● Stored data entries:
_ _ _ _ _

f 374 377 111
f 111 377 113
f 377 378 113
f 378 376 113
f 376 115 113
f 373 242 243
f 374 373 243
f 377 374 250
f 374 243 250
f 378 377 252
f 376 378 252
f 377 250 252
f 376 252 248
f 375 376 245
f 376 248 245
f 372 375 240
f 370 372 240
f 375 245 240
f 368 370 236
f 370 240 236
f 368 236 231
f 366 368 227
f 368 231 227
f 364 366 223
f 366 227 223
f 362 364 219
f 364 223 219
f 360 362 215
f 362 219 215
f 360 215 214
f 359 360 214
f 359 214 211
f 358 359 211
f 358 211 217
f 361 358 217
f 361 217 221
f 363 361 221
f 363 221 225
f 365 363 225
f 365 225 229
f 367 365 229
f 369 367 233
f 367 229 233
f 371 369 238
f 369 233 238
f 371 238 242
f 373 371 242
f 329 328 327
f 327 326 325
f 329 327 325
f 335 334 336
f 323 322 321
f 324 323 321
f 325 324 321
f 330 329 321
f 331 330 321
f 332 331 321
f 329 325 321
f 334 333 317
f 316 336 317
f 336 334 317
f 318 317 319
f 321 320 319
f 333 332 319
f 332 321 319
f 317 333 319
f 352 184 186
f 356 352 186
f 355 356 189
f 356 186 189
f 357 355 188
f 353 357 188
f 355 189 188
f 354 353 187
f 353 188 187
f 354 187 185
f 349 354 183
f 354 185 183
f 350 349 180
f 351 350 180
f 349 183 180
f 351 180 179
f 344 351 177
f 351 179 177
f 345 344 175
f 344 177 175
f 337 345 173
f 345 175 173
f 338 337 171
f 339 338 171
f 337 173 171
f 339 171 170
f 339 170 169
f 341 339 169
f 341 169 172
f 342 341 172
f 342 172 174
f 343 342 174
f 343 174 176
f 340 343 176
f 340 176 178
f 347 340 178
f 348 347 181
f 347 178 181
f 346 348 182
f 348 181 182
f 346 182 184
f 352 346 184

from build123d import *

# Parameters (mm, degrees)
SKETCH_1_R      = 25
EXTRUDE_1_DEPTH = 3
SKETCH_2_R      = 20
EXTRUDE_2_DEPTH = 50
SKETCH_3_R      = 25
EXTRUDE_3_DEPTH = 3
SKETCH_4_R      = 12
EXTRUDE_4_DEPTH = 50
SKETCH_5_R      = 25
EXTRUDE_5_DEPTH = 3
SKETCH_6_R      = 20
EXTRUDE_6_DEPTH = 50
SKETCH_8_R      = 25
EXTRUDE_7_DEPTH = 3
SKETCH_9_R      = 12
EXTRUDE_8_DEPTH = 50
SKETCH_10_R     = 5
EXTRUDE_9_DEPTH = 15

_ _ _ _ _

● What is needed:
Make an exact transcription of the entries.

● Result:
f 374 377 111
f 111 377 113
f 377 378 113
f 378 376 113
f 376 115 113
f 373 242 243
f 374 373 243
f 377 374 250
f 374 243 250
f 378 377 252
f 376 378 252
f 377 250 252
f 376 252 248
f 375 376 245
f 376 248 245
f 372 375 240
f 370 372 240
f 375 245 240
f 368 370 236
f 370 240 236
f 368 236 231
f 366 368 227
f 368 231 227
f 364 366 223
f 366 227 223
f 362 364 219
f 364 223 219
f 360 362 215
f 362 219 215
f 360 215 214
f 359 360 214
f 359 214 211
f 358 359 211
f 358 211 217
f 361 358 217
f 361 217 221
f 363 361 221
f 363 221 225
f 365 363 225
f 365 225 229
f 367 365 229
f 369 367 233
f 367 229 233
f 371 369 238
f 369 233 238
f 371 238 242
f 373 371 242
f 329 328 327
f 327 326 325
f 329 327 325
f 335 334 336
f 323 322 321
f 324 323 321
f 325 324 321
f 330 329 321
f 331 330 321
f 332 331 321
f 329 325 321
f 334 333 317
f 316 336 317
f 336 334 317
f 318 317 319
f 321 320 319
f 333 332 319
f 332 321 319
f 317 333 319
f 352 184 186
f 356 352 186
f 355 356 189
f 356 186 189
f 357 355 188
f 353 357 188
f 355 189 188
f 354 353 187
f 353 188 187
f 354 187 185
f 349 354 183
f 354 185 183
f 350 349 180
f 351 350 180
f 349 183 180
f 351 180 179
f 344 351 177
f 351 179 177
f 345 344 175
f 344 177 175
f 337 345 173
f 345 175 173
f 338 337 171
f 339 338 171
f 337 173 171
f 339 171 170
f 339 170 169
f 341 339 169
f 341 169 172
f 342 341 172
f 342 172 174
f 343 342 174
f 343 174 176
f 340 343 176
f 340 176 178
f 347 340 178
f 348 347 181
f 347 178 181
f 346 348 182
f 348 181 182
f 346 182 184
f 352 346 184

from build123d import *

# Parameters (mm, degrees)
SKETCH_1_R      = 25
EXTRUDE_1_DEPTH = 3
SKETCH_2_R      = 20
EXTRUDE_2_DEPTH = 50
SKETCH_3_R      = 25
EXTRUDE_3_DEPTH = 3
SKETCH_4_R      = 12
EXTRUDE_4_DEPTH = 50
SKETCH_5_R      = 25
EXTRUDE_5_DEPTH = 3
SKETCH_6_R      = 20
EXTRUDE_6_DEPTH = 50
SKETCH_8_R      = 25
EXTRUDE_7_DEPTH = 3
SKETCH_9_R      = 12
EXTRUDE_8_DEPTH = 50
SKETCH_10_R     = 5
EXTRUDE_9_DEPTH = 15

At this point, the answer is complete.